THEORY TIP: Stop manually updating spreadsheets. If you laughed, I am talking to you :) Whenever you have a new process or need to make a change, you MUST research if your EMR can do this task. Your future self will thank you as you stop spending masses amounts of time updating spreadsheets through systems that are already collecting this information. This is an unsustainable model.

#3 Business Systems Are Built Around Staff

Employees will become The System when there is a lack of business systems. This is a very hard task to undo but it is required for the success of your company. The concept is that people manage the systems not BE the system. This is common for a Revenue Cycle Manager position, Administrator, Marketing Rep or any other key position within the company. The risk to this is the employee has leverage over the company as the company would be in serious trouble if that person suddenly left, and it increases the risk for fraudulent activities. Systems based on employees have an increased labor cost and is viewed as a liability if you are trying to sell the company.

A solid business system is transparent at all levels of the company. They are accurate and track Key Performance Indicators including warning signs of bottlenecks productivity, time stamps of employee's actions and flag erroneous patterns. Employees require less training in getting acquainted as well as typically a lesser wage to operate. As stated above, clinics need to be diligent with expenses in navigating the changes in healthcare.

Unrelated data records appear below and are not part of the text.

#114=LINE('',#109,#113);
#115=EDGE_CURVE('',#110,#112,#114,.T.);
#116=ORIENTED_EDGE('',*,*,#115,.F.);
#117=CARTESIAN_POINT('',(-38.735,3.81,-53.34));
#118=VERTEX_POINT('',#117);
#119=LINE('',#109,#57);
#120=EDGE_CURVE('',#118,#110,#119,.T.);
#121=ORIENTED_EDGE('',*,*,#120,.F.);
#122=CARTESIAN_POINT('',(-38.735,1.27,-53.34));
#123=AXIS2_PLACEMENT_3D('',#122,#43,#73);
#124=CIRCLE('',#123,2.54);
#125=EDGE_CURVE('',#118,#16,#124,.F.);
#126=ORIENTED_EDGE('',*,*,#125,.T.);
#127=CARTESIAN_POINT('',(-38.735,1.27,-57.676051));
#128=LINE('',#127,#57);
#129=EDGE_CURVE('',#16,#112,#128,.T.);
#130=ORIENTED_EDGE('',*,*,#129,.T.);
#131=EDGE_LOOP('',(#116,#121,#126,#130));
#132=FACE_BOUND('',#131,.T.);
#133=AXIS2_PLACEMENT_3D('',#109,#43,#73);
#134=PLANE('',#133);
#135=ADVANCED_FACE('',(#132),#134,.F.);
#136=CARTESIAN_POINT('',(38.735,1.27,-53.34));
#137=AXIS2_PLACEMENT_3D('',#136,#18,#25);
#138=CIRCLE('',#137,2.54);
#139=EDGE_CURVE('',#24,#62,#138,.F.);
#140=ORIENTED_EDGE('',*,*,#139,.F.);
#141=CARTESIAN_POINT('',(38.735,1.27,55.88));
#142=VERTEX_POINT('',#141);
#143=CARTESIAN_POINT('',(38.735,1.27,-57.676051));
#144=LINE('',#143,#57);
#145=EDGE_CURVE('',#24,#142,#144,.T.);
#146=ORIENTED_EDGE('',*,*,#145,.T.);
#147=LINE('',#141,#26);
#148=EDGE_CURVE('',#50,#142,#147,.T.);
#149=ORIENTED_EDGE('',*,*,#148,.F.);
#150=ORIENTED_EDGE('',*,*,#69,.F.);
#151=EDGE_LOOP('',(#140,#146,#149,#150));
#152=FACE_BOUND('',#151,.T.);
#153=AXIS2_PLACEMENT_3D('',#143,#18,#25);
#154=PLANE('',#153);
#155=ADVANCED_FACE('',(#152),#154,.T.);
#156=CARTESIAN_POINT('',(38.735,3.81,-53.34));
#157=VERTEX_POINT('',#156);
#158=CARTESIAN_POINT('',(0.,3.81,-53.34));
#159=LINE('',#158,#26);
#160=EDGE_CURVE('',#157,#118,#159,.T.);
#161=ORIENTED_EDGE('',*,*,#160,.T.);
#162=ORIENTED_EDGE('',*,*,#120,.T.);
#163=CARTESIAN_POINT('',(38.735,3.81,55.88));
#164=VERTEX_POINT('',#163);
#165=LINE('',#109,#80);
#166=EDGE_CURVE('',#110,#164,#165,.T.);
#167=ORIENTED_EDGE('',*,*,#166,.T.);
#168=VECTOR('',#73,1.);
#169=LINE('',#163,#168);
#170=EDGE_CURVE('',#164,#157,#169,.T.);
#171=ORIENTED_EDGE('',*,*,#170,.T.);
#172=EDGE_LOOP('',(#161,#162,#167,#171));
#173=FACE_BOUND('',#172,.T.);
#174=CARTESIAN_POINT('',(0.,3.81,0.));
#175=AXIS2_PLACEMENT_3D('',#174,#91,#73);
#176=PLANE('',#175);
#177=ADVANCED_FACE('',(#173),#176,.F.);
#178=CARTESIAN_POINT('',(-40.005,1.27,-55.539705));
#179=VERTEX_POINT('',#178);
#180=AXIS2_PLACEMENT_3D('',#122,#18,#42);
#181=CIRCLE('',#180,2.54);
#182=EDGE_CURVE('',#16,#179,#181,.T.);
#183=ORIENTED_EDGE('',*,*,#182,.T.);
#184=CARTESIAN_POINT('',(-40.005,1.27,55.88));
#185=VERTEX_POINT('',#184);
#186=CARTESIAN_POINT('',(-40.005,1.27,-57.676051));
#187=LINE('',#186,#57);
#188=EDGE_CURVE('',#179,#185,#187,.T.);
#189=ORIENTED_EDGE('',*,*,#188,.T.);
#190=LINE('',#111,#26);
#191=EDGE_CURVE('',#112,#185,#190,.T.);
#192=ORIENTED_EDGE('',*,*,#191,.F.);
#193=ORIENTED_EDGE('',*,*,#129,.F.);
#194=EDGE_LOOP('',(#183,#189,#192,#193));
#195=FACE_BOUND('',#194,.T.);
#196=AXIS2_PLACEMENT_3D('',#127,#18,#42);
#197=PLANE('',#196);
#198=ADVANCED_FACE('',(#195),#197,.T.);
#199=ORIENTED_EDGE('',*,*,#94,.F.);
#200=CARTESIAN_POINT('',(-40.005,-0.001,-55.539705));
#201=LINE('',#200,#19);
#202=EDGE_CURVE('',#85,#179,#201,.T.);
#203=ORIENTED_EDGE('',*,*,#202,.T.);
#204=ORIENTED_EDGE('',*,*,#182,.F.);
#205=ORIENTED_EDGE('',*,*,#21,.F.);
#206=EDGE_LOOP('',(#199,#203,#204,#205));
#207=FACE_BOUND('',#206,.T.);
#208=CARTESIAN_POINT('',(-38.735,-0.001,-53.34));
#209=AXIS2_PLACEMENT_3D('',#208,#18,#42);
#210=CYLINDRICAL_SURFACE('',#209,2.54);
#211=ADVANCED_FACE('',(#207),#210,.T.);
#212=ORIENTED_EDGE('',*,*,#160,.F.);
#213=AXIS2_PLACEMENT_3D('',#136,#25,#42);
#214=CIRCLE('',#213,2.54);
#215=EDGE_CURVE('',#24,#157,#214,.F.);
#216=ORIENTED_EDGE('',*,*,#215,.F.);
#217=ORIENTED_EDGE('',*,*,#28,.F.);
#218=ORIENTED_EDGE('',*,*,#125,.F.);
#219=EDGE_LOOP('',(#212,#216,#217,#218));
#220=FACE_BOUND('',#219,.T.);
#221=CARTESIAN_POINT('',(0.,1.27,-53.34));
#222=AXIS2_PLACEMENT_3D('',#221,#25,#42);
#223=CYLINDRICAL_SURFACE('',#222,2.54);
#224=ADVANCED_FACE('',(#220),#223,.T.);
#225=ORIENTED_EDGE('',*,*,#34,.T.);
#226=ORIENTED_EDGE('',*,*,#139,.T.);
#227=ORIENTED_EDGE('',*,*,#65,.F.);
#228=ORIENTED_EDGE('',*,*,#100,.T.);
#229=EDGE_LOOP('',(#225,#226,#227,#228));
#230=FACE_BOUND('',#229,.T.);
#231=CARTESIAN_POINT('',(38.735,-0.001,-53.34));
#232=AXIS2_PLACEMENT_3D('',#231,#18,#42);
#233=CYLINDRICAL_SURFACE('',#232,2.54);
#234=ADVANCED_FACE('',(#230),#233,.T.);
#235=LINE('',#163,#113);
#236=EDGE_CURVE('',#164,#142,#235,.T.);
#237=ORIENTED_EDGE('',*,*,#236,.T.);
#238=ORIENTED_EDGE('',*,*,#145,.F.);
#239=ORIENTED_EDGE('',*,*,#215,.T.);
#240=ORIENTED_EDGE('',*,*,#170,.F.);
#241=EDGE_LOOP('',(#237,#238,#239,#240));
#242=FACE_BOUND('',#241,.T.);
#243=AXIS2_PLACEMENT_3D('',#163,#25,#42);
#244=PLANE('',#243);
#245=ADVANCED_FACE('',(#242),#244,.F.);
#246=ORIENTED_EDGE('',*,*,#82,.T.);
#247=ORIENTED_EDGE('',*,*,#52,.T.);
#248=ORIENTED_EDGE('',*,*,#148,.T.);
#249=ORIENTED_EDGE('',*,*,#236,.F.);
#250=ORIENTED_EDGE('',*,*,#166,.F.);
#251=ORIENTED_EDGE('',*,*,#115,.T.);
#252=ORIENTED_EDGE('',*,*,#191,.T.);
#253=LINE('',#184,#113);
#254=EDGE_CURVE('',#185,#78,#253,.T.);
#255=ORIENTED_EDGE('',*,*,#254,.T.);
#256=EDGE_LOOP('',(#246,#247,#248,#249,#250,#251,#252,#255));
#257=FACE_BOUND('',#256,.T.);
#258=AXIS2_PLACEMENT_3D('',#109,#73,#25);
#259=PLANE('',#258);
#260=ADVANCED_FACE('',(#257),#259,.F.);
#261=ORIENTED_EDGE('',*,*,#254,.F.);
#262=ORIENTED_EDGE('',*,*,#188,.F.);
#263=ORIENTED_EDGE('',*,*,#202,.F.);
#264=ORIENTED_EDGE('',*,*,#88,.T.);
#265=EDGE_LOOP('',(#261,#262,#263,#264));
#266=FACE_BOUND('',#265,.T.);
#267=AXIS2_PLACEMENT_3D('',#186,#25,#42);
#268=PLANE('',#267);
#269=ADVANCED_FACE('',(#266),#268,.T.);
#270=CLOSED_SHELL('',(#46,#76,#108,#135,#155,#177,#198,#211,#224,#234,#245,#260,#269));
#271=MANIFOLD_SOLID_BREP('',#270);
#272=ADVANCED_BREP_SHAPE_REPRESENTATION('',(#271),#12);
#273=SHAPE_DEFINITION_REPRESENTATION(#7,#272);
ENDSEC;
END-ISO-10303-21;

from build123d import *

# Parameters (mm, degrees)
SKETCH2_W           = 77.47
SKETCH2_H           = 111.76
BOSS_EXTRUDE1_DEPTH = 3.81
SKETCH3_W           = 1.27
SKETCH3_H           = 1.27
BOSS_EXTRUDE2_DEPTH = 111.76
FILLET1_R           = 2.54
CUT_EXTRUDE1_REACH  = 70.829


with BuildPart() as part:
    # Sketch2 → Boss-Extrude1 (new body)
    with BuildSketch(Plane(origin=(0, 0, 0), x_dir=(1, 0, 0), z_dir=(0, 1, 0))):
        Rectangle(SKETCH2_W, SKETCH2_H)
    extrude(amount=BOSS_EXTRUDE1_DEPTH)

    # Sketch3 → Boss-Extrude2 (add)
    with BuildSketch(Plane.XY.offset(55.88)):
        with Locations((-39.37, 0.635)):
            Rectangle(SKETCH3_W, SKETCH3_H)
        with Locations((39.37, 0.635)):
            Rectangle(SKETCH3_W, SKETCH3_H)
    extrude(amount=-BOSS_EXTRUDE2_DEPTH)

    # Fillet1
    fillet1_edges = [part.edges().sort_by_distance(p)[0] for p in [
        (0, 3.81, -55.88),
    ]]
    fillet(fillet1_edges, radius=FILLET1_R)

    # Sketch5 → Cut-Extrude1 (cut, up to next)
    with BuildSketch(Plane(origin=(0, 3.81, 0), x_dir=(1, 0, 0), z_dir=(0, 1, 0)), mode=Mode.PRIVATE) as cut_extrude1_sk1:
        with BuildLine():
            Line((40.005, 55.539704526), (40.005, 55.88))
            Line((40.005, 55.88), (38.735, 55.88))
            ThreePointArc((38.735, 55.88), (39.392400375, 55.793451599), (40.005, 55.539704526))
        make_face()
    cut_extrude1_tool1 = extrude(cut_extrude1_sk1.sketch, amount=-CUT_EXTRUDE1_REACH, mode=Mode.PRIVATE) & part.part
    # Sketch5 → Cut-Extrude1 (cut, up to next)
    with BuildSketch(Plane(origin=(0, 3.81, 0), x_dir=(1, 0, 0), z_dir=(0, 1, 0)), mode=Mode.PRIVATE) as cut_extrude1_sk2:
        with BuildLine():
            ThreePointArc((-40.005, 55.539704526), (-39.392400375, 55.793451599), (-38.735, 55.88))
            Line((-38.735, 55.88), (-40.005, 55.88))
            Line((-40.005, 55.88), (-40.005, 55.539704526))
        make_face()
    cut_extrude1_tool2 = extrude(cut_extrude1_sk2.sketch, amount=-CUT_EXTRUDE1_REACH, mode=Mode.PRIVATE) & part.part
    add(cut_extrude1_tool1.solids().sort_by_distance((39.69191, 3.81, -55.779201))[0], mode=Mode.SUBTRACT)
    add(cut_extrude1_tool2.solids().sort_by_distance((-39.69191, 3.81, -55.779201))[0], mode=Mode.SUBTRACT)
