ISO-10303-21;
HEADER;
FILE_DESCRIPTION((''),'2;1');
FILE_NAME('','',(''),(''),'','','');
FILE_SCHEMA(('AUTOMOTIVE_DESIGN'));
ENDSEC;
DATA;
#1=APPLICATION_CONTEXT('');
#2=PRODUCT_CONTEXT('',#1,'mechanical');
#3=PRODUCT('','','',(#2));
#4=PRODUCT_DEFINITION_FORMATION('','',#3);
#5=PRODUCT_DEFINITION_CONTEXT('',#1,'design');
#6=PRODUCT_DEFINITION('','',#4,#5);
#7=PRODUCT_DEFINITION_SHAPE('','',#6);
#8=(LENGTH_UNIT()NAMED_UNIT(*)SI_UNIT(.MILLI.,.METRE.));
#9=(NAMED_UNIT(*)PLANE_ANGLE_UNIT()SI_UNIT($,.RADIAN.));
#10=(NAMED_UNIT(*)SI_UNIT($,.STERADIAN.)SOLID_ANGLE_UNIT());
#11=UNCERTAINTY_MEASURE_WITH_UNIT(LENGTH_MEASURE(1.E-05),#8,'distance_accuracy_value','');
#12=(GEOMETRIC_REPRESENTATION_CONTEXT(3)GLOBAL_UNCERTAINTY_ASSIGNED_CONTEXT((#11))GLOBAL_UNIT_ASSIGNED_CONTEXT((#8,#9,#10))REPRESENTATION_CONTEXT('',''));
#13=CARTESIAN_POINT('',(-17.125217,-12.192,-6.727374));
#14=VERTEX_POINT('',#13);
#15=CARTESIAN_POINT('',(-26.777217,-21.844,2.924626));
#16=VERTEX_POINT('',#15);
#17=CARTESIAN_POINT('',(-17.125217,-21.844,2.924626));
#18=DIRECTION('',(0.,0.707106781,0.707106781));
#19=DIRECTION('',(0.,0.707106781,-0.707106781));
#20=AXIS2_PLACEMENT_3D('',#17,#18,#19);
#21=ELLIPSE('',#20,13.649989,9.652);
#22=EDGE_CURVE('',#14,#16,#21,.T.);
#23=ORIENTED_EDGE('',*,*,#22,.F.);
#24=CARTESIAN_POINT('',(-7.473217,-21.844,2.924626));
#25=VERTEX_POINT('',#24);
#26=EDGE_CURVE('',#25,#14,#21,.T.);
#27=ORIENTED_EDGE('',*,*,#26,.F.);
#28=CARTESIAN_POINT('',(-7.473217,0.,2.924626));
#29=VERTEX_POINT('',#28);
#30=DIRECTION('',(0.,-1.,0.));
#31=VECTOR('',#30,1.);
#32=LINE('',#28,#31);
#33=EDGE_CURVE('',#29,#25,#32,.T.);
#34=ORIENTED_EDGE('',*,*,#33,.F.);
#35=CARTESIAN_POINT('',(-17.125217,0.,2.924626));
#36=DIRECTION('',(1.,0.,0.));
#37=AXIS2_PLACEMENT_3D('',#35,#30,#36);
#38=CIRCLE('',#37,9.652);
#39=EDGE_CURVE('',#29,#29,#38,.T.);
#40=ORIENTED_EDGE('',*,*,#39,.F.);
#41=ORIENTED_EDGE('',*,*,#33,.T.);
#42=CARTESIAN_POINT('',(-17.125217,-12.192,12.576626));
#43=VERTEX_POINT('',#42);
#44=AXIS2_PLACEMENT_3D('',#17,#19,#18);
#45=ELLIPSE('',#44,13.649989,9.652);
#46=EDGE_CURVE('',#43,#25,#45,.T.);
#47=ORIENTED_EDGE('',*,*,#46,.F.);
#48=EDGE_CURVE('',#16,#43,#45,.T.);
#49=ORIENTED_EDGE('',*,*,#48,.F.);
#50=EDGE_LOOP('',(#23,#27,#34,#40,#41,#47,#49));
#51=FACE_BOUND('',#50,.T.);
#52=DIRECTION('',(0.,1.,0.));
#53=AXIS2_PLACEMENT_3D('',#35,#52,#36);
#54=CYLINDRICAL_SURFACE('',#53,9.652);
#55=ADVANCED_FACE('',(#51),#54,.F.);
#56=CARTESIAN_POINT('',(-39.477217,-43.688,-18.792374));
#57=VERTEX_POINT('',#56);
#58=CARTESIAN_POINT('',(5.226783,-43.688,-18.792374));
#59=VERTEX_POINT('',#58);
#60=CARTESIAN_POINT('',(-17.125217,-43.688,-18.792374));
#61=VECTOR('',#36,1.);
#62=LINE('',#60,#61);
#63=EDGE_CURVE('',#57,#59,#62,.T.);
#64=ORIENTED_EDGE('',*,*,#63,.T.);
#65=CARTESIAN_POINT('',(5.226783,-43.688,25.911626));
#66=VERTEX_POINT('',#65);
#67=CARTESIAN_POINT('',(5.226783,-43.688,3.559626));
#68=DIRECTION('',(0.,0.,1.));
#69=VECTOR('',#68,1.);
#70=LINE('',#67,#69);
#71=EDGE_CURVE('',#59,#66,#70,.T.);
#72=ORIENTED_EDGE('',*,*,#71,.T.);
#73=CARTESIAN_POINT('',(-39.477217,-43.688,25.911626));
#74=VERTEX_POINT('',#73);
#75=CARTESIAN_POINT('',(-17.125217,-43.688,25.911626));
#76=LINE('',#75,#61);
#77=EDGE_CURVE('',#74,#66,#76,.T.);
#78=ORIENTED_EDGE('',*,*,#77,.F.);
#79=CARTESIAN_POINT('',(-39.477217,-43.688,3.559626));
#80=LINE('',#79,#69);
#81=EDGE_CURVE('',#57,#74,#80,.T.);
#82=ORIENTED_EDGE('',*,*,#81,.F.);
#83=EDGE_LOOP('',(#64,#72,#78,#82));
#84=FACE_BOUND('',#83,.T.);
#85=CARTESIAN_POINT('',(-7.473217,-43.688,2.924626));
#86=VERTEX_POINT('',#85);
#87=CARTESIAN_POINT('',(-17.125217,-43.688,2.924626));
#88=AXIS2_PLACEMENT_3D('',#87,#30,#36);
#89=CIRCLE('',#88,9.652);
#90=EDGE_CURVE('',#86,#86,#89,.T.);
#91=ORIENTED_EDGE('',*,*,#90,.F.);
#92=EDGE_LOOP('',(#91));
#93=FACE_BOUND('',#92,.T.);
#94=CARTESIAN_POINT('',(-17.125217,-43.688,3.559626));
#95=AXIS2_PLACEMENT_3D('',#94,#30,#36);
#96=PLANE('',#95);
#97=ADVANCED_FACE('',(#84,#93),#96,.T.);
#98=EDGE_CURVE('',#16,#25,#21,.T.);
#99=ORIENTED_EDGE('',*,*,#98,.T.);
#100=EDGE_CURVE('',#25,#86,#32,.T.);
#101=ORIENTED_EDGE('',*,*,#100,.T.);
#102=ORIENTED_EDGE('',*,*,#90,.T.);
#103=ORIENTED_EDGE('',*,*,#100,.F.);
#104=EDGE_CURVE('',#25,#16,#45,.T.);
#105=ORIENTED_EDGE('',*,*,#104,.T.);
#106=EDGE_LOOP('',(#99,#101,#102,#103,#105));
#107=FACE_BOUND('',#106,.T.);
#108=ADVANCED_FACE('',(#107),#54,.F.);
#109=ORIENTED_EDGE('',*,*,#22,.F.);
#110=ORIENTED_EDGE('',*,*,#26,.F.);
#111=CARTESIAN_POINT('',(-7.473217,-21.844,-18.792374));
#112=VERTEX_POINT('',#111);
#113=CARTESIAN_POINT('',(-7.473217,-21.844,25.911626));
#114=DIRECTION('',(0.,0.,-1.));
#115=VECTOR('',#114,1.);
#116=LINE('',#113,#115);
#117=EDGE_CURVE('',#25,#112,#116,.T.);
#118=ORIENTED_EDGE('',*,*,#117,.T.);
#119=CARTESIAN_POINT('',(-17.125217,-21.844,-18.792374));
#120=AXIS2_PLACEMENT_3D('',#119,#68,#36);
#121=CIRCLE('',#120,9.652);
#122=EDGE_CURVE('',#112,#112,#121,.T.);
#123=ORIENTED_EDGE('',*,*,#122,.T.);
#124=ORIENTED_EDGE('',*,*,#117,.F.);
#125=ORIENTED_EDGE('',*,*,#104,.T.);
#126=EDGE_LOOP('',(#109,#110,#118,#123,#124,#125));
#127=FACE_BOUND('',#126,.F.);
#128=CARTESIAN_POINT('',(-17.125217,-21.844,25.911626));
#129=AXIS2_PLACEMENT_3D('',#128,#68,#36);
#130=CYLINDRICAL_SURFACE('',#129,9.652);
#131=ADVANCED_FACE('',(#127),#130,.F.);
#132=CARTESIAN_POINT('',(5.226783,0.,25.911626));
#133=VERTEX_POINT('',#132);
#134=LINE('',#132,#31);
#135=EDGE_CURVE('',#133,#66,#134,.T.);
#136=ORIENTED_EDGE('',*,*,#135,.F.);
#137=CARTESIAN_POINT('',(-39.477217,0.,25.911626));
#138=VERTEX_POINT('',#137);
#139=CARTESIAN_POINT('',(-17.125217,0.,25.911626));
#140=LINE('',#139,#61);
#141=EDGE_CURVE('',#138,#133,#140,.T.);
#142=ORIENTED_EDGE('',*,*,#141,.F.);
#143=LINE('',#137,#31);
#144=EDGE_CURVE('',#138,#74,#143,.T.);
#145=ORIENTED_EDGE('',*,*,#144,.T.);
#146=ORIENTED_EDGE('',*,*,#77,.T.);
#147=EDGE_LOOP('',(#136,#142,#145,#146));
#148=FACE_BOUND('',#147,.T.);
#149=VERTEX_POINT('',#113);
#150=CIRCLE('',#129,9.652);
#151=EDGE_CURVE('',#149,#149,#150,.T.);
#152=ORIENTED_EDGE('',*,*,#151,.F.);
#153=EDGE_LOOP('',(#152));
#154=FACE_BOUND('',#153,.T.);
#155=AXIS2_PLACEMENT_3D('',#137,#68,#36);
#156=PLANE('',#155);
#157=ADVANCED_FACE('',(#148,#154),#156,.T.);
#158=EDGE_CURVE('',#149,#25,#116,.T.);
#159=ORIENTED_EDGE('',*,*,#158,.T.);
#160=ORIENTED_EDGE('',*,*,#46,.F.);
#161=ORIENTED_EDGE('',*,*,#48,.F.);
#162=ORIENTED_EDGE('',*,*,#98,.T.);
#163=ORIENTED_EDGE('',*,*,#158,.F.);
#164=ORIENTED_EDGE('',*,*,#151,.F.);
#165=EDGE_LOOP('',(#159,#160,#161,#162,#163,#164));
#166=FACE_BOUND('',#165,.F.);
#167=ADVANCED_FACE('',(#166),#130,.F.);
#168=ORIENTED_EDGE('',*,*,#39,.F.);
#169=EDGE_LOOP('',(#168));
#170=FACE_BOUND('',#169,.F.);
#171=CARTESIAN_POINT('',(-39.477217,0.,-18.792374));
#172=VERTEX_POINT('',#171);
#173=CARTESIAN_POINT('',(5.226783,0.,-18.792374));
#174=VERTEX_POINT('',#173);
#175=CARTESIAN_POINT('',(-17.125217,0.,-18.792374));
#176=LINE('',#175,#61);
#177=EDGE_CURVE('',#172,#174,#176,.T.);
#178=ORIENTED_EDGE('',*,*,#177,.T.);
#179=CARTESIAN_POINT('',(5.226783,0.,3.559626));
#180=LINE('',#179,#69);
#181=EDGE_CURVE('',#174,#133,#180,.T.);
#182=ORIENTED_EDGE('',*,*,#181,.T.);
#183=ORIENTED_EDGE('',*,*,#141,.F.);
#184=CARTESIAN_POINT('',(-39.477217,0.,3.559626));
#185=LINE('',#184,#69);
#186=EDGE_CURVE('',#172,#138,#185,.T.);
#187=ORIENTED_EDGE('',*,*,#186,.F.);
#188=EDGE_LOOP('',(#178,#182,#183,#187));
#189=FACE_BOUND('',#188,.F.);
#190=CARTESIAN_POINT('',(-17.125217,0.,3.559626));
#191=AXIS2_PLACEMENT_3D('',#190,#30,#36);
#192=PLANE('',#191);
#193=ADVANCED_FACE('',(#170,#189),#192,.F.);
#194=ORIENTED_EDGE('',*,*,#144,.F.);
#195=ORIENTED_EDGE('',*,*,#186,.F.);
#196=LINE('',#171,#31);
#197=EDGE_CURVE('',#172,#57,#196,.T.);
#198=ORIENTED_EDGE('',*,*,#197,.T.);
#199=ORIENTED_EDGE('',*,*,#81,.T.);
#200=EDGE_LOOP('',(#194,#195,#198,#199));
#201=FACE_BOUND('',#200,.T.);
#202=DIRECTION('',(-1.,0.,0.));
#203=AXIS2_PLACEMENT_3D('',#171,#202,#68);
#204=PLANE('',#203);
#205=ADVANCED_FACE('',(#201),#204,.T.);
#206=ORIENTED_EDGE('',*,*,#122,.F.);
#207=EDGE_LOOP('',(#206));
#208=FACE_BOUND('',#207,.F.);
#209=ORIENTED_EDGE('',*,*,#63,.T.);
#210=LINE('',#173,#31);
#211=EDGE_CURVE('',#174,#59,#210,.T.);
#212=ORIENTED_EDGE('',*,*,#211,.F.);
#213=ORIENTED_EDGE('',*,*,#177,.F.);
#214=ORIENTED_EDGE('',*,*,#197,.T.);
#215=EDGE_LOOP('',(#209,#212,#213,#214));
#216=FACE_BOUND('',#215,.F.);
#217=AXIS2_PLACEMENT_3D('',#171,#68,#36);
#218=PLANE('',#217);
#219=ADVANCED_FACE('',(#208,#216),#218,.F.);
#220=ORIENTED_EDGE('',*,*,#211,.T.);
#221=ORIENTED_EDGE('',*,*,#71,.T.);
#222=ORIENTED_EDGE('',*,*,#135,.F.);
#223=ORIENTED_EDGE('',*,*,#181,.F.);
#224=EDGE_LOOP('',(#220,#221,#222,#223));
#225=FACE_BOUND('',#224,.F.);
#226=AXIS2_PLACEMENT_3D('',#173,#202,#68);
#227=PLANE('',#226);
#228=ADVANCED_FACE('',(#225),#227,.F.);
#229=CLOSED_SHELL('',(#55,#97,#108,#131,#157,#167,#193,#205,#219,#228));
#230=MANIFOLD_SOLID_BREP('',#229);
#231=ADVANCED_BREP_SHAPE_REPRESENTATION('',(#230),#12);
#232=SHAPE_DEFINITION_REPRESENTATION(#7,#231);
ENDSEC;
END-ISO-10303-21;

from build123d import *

# Parameters (mm, degrees)
F0_W     = 44.704
F0_H     = 44.704
F0_R     = 9.652
F1_DEPTH = 43.688
F2_R     = 9.652
F3_DEPTH = 44.705


with BuildPart() as f1:
    # F0 (on Front) → F1 (new body)
    with BuildSketch(Plane.XZ):
        with Locations((-17.125217, 3.559626)):
            Rectangle(F0_W, F0_H)
        with Locations((-17.125217, 2.924626)):
            Circle(F0_R, mode=Mode.SUBTRACT)
    extrude(amount=F1_DEPTH)

    # F2 (on face) → F3 (cut, through all)
    with BuildSketch(Plane.XY.offset(25.911626)):
        with Locations((-17.125217, -21.844)):
            Circle(F2_R)
    extrude(amount=-F3_DEPTH, mode=Mode.SUBTRACT)


solid = f1.part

THEORY TIP: Have a candid conversation with your employees who are currently the system. Explain to them that these changes are required because the current processes are unsustainable. Employees who are resistant to this process have a sense of job security within their system, however, they may also feel trapped and not take time off... which leads to burnout. Realign their focus to have the company's best interest at heart and encourage them that their skills and ability will be continually rewarded as they help build a company that will last. They will also be able to take a vacation every once in a while.

Sleep Theory is a healthcare consulting company focused on the business of sleep. Sr. Consultant, Jason Mueller has over 11 years in healthcare administration including ownership and general management in Sleep Clinics and Durable Medical Equipment Companies.